_Problem statement_.
Two lines in the data below mark the range: the one with "#57=EDGE_CURVE('',#53,#55,#56,.T.);" and the one with "#84=ADVANCED_FACE('',(#82),#83,.T.);". Return both, along with every line between them, exactly.

_Saved entries_.

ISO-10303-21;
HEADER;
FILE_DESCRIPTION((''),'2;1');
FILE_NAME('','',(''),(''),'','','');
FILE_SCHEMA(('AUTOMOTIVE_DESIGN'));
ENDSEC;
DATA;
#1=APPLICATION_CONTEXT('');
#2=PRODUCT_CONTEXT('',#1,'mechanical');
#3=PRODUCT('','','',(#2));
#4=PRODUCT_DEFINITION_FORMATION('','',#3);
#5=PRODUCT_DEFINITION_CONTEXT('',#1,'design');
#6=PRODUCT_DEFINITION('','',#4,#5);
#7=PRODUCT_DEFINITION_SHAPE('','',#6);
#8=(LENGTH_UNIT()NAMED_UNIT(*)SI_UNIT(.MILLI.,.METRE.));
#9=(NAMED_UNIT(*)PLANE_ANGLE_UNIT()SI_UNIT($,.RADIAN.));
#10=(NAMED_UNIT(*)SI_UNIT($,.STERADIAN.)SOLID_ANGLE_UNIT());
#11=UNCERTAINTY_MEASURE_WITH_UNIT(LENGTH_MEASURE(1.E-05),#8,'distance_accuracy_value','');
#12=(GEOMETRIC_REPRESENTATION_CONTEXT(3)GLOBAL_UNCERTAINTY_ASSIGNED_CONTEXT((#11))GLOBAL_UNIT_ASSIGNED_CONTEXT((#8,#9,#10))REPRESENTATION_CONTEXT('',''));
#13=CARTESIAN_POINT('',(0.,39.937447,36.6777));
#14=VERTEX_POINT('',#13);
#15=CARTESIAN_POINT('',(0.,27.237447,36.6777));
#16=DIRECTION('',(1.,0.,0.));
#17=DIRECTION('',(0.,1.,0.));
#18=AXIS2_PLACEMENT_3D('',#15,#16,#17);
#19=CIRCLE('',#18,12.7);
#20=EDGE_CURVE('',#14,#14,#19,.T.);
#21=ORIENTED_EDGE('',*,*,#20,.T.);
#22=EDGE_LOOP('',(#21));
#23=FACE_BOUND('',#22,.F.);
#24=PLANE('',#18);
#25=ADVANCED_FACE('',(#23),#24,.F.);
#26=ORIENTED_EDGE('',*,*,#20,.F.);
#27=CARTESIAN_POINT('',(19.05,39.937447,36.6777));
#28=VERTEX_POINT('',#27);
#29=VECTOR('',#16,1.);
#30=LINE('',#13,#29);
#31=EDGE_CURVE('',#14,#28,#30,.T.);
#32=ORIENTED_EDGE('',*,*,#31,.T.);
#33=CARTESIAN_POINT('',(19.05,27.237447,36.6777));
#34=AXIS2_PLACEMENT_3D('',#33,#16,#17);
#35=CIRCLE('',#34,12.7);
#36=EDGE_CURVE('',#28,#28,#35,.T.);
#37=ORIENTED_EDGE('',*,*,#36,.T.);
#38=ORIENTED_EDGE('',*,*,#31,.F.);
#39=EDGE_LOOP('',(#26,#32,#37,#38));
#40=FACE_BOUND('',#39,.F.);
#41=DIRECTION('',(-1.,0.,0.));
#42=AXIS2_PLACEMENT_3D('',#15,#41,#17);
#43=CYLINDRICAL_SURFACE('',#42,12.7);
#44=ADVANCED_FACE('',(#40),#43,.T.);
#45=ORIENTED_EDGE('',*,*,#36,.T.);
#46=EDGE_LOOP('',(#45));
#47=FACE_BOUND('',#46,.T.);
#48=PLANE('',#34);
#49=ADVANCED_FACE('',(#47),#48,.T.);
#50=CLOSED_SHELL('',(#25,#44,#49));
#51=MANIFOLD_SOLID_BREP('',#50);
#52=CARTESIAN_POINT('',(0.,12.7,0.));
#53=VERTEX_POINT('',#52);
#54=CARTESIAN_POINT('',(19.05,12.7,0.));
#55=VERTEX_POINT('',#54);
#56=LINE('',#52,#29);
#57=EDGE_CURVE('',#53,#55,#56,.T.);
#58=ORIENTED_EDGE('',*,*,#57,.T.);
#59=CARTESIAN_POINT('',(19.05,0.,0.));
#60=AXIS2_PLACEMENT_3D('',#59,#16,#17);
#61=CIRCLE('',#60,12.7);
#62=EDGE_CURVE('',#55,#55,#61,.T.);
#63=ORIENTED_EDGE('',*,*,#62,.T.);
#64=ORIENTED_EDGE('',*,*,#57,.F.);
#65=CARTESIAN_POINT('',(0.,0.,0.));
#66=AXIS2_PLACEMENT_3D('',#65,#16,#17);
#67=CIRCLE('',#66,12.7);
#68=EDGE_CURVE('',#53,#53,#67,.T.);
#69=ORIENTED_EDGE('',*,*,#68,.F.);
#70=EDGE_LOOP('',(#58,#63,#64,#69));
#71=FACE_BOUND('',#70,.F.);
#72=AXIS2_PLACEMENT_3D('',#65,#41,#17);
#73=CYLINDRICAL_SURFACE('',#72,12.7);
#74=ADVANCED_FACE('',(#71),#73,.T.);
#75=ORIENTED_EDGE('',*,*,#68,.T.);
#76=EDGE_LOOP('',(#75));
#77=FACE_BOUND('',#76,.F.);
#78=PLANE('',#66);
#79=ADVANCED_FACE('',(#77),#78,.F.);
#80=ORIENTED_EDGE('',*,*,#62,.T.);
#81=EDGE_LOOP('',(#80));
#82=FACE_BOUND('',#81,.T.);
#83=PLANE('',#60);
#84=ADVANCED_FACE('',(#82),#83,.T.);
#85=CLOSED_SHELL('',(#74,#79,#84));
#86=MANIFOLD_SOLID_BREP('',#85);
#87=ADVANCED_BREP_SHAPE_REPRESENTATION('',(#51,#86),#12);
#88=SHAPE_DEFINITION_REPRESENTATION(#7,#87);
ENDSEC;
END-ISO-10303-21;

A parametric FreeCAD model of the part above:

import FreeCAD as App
import Part
import Sketcher
from FreeCAD import Vector
Q = App.Units.Quantity

doc = App.newDocument("Part")
body = doc.addObject("PartDesign::Body", "Body")
body.AllowCompound = True

# Sketch on YZ plane
sketch1 = body.newObject("Sketcher::SketchObject", "Sketch")
sketch1.AttachmentSupport = (doc.getObject("YZ_Plane"), [""])
sketch1.MapMode = "FlatFace"
sketch1.addGeometry([
    Part.Circle(Vector(27, 37, 0), Vector(0, 0, 1), 13),
    Part.Circle(Vector(0, 0, 0), Vector(0, 0, 1), 13),
], False)
sketch1.addConstraint([
    Sketcher.Constraint("Coincident", 1, 3, -1, 1),
    Sketcher.Constraint("Equal", 0, 1),
    Sketcher.Constraint("Diameter", 0, Q("1 in")),
    Sketcher.Constraint("DistanceY", -1, 1, 0, 3, 36.6777),
    Sketcher.Constraint("DistanceX", -1, 1, 0, 3, 27.237447),
])
pad1 = body.newObject("PartDesign::Pad", "Pad")
pad1.Profile = sketch1
pad1.Length = Q("0.75 in")

doc.recompute()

_The answer_.
#57=EDGE_CURVE('',#53,#55,#56,.T.);
#58=ORIENTED_EDGE('',*,*,#57,.T.);
#59=CARTESIAN_POINT('',(19.05,0.,0.));
#60=AXIS2_PLACEMENT_3D('',#59,#16,#17);
#61=CIRCLE('',#60,12.7);
#62=EDGE_CURVE('',#55,#55,#61,.T.);
#63=ORIENTED_EDGE('',*,*,#62,.T.);
#64=ORIENTED_EDGE('',*,*,#57,.F.);
#65=CARTESIAN_POINT('',(0.,0.,0.));
#66=AXIS2_PLACEMENT_3D('',#65,#16,#17);
#67=CIRCLE('',#66,12.7);
#68=EDGE_CURVE('',#53,#53,#67,.T.);
#69=ORIENTED_EDGE('',*,*,#68,.F.);
#70=EDGE_LOOP('',(#58,#63,#64,#69));
#71=FACE_BOUND('',#70,.F.);
#72=AXIS2_PLACEMENT_3D('',#65,#41,#17);
#73=CYLINDRICAL_SURFACE('',#72,12.7);
#74=ADVANCED_FACE('',(#71),#73,.T.);
#75=ORIENTED_EDGE('',*,*,#68,.T.);
#76=EDGE_LOOP('',(#75));
#77=FACE_BOUND('',#76,.F.);
#78=PLANE('',#66);
#79=ADVANCED_FACE('',(#77),#78,.F.);
#80=ORIENTED_EDGE('',*,*,#62,.T.);
#81=EDGE_LOOP('',(#80));
#82=FACE_BOUND('',#81,.T.);
#83=PLANE('',#60);
#84=ADVANCED_FACE('',(#82),#83,.T.);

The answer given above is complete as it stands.